What the task asks
Set down exactly, from the records below, the line with "#126=VECTOR('',#125,1.);" through the line with "#132=ORIENTED_EDGE('',*,*,#60,.T.);", and nothing else.

[Collected data entries]
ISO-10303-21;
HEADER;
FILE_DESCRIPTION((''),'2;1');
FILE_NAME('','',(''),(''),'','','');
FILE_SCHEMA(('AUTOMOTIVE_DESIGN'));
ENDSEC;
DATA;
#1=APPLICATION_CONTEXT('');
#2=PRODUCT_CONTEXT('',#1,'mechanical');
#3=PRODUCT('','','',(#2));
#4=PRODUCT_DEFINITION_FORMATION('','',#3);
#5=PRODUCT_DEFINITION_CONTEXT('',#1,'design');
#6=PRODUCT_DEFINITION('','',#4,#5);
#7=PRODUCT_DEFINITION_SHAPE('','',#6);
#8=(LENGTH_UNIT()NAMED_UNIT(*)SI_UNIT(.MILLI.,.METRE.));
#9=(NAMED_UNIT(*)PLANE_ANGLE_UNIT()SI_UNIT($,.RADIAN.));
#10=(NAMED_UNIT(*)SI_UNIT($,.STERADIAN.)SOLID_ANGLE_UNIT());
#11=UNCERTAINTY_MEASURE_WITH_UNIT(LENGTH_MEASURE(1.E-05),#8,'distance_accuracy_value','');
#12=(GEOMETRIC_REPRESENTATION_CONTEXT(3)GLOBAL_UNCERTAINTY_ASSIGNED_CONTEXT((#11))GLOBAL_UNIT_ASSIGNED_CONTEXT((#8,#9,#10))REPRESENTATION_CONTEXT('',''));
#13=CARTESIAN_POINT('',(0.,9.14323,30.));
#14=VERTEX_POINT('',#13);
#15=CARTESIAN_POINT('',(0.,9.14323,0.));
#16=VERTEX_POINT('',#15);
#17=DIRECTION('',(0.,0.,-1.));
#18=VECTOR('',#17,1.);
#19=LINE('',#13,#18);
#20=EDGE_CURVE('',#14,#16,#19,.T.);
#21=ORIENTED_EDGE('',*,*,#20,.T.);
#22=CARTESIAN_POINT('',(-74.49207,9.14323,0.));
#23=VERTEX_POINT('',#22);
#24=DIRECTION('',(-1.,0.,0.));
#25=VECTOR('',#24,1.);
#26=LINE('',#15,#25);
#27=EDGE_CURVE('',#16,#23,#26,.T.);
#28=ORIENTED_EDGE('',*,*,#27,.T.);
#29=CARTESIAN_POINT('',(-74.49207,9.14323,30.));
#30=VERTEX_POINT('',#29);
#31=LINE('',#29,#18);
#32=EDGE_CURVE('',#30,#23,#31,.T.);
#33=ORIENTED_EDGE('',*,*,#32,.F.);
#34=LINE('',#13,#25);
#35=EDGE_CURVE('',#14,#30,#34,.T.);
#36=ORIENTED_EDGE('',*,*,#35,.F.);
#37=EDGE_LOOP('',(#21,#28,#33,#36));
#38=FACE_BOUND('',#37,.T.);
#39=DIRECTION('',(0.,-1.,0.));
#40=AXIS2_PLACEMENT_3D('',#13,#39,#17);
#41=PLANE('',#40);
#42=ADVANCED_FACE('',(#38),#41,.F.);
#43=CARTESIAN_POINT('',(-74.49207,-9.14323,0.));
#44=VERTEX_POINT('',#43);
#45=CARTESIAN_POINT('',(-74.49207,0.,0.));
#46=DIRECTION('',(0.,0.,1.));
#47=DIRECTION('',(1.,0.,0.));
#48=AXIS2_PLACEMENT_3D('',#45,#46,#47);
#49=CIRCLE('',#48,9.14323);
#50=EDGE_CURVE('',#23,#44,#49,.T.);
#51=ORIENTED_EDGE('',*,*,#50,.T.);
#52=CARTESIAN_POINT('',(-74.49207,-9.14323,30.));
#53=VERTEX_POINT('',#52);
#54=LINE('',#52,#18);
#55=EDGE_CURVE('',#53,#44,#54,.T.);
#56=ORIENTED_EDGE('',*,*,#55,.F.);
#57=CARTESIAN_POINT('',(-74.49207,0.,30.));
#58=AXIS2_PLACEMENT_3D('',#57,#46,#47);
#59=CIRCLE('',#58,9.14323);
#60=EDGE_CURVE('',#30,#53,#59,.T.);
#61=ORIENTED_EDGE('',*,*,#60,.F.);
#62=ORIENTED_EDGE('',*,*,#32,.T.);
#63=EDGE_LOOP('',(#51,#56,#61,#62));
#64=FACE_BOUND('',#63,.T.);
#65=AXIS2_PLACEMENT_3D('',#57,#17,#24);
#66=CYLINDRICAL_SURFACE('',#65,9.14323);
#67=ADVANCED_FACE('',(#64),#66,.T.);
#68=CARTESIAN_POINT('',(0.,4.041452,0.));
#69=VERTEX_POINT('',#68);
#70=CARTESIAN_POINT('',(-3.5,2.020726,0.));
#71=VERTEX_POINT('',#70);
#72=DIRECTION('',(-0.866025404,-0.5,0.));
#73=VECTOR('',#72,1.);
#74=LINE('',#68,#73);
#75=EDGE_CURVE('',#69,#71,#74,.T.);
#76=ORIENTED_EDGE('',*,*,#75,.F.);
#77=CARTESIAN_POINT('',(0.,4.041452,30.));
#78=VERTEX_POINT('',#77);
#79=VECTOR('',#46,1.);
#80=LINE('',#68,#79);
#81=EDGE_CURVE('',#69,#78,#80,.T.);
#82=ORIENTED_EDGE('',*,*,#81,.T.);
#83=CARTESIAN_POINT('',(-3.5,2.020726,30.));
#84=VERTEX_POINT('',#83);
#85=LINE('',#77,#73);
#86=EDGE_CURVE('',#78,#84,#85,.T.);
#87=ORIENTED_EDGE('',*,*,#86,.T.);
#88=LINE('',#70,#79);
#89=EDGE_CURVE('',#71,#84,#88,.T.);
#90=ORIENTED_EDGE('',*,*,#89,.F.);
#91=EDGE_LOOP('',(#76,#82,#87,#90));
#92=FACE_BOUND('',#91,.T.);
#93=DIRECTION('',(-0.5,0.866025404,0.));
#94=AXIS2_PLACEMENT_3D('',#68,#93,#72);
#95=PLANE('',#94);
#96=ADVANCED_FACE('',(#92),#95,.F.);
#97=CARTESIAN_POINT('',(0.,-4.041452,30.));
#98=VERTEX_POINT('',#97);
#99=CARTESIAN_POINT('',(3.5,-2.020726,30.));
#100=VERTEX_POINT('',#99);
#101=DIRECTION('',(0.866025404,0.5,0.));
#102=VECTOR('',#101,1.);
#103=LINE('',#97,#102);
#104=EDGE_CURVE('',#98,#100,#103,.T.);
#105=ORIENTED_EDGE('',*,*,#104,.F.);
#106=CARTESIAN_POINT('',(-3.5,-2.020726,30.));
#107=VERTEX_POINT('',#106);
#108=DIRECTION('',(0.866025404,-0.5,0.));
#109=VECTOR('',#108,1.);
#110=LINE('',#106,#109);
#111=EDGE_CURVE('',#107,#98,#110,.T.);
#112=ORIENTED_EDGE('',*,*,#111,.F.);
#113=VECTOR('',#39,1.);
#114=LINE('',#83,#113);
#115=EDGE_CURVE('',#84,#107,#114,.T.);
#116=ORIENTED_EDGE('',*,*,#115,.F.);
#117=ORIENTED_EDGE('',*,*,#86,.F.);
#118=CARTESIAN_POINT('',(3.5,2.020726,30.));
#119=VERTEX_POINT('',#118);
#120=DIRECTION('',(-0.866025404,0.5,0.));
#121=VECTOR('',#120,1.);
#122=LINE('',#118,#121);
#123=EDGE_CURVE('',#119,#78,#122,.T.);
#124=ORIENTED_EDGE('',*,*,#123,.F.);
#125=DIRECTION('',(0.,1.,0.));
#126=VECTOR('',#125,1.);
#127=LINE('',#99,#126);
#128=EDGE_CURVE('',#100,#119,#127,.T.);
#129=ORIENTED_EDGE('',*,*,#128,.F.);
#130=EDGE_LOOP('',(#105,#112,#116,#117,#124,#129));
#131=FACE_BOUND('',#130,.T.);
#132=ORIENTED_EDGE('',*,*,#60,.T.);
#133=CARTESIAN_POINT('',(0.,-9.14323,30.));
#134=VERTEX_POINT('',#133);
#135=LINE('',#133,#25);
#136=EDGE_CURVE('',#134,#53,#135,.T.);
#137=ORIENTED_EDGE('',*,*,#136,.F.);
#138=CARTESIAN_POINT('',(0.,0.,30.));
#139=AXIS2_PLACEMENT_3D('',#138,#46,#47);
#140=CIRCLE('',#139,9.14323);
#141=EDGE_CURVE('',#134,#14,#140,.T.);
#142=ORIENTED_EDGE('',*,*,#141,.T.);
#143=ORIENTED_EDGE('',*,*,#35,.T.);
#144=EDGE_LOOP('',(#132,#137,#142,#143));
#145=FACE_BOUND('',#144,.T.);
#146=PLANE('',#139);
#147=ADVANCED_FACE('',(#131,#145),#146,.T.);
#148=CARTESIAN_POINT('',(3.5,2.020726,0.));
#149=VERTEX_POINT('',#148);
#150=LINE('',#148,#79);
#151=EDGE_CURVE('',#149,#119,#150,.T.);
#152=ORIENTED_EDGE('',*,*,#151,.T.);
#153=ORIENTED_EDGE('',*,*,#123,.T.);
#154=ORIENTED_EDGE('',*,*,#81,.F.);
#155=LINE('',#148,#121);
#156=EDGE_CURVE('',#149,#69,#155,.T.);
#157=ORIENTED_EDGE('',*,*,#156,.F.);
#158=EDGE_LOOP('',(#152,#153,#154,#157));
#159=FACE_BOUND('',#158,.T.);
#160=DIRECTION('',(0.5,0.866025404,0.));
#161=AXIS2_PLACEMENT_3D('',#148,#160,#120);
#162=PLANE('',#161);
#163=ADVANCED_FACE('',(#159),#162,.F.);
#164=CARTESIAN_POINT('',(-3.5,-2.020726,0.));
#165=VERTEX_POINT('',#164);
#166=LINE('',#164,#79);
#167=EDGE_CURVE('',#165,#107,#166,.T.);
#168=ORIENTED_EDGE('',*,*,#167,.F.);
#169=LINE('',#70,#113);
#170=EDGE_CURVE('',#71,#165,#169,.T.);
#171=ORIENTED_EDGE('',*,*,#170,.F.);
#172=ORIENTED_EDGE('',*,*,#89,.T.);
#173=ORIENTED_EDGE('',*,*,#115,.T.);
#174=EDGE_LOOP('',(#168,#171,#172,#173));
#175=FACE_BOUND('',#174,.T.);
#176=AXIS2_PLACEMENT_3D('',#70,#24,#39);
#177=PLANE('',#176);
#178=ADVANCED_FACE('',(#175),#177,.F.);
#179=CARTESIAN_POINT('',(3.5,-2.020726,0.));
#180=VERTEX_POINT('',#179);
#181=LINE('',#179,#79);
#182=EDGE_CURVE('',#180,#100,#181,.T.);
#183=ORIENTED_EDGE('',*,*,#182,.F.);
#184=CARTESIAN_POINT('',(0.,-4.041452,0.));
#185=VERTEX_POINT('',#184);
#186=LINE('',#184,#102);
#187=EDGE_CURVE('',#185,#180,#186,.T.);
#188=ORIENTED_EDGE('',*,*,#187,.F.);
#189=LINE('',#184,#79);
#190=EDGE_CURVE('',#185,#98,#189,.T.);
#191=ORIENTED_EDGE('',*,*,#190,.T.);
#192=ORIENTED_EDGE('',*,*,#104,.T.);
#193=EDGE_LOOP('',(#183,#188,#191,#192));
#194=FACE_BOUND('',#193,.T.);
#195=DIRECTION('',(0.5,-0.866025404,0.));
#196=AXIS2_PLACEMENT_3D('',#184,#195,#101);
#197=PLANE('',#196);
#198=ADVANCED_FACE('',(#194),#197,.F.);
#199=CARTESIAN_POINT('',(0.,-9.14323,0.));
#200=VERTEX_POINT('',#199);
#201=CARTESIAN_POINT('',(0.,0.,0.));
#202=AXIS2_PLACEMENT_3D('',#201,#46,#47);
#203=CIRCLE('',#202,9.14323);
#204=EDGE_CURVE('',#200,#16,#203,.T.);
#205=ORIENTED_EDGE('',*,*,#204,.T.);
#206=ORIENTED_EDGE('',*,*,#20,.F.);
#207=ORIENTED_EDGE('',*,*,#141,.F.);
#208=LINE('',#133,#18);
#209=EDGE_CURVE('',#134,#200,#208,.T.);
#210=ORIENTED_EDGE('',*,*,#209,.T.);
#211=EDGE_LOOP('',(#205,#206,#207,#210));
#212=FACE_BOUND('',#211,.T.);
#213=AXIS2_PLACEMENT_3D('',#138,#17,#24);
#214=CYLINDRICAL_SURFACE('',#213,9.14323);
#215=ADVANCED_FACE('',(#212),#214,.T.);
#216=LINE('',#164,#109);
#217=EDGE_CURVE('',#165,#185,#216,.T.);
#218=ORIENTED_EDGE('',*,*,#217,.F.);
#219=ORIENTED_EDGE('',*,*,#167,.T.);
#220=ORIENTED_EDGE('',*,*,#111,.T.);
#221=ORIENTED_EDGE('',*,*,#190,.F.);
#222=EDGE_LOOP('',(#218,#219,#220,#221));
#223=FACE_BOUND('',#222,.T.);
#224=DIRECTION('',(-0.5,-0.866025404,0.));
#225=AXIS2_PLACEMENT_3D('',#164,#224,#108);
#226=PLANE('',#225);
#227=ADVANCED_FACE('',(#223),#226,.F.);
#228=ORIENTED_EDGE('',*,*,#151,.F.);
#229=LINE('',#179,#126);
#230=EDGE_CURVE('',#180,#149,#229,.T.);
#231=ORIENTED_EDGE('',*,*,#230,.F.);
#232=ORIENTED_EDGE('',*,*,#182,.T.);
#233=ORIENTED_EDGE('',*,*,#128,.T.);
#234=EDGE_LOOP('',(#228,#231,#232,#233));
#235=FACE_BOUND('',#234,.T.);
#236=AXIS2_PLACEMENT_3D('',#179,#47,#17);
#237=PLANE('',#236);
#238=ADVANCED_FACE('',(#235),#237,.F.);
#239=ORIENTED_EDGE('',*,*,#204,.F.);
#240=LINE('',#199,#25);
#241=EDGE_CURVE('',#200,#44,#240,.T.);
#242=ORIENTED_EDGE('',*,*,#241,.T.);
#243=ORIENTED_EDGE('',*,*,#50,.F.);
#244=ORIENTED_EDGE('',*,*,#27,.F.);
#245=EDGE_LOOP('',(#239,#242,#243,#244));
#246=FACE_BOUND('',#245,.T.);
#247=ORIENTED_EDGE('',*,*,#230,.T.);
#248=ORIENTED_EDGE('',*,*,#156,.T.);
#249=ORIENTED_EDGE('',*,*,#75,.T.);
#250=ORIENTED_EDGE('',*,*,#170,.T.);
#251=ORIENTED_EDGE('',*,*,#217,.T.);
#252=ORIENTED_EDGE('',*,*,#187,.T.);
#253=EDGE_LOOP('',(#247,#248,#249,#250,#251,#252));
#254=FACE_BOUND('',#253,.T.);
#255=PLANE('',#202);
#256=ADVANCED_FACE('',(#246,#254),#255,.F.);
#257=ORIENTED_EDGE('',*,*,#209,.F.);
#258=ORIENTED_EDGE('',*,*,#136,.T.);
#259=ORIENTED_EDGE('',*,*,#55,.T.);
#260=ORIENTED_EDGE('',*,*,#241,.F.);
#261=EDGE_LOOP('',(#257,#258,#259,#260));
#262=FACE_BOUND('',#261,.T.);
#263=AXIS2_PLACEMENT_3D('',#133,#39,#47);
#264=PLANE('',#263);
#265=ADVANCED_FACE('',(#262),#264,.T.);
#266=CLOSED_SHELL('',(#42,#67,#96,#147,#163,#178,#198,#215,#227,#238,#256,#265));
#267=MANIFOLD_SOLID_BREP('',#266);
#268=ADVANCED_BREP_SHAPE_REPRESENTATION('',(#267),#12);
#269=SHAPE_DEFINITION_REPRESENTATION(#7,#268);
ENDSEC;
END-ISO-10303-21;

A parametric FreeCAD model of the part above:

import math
import FreeCAD as App
import Part
import Sketcher
from FreeCAD import Vector
Q = App.Units.Quantity


def add_polygon(sketch, points):
    """Adds a closed chain of lines whose ends are joined by coincident constraints."""
    first, n = sketch.GeometryCount, len(points)
    for a, b in zip(points, points[1:] + points[:1]):
        sketch.addGeometry(Part.LineSegment(App.Vector(*a, 0), App.Vector(*b, 0)), False)
    for i in range(n):
        sketch.addConstraint(Sketcher.Constraint("Coincident", first + i, 2, first + (i + 1) % n, 1))

doc = App.newDocument("Part")
body = doc.addObject("PartDesign::Body", "Body")

sketch1 = body.newObject("Sketcher::SketchObject", "Sketch")
sketch1.AttachmentSupport = (doc.getObject("XY_Plane"), [""])
sketch1.MapMode = "FlatFace"
sketch1.addGeometry([
    Part.LineSegment(Vector(-74.49207, -9.14323, 0), Vector(0, -9.14323, 0)),
    Part.ArcOfCircle(Part.Circle(Vector(0, 0, 0), Vector(0, 0, 1), 9.14323), math.radians(-90), math.radians(90)),
    Part.LineSegment(Vector(0, 9.14323, 0), Vector(-74.49207, 9.14323, 0)),
    Part.ArcOfCircle(Part.Circle(Vector(-74.49207, 0, 0), Vector(0, 0, 1), 9.14323), math.radians(90), math.radians(270)),
], False)
sketch1.addConstraint([
    Sketcher.Constraint("Tangent", 0, 2, 1, 1),
    Sketcher.Constraint("Tangent", 1, 2, 2, 1),
    Sketcher.Constraint("Tangent", 2, 2, 3, 1),
    Sketcher.Constraint("Tangent", 3, 2, 0, 1),
    Sketcher.Constraint("Horizontal", 0),
    Sketcher.Constraint("Horizontal", 2),
    Sketcher.Constraint("Coincident", 1, 3, -1, 1),
    Sketcher.Constraint("Radius", 1, Q("9.14323 mm")),
    Sketcher.Constraint("DistanceX", 0, 1, 0, 2, Q("74.49207 mm")),
])
pad1 = body.newObject("PartDesign::Pad", "Pad")
pad1.Profile = sketch1
pad1.Length = 30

Solution below
#126=VECTOR('',#125,1.);
#127=LINE('',#99,#126);
#128=EDGE_CURVE('',#100,#119,#127,.T.);
#129=ORIENTED_EDGE('',*,*,#128,.F.);
#130=EDGE_LOOP('',(#105,#112,#116,#117,#124,#129));
#131=FACE_BOUND('',#130,.T.);
#132=ORIENTED_EDGE('',*,*,#60,.T.);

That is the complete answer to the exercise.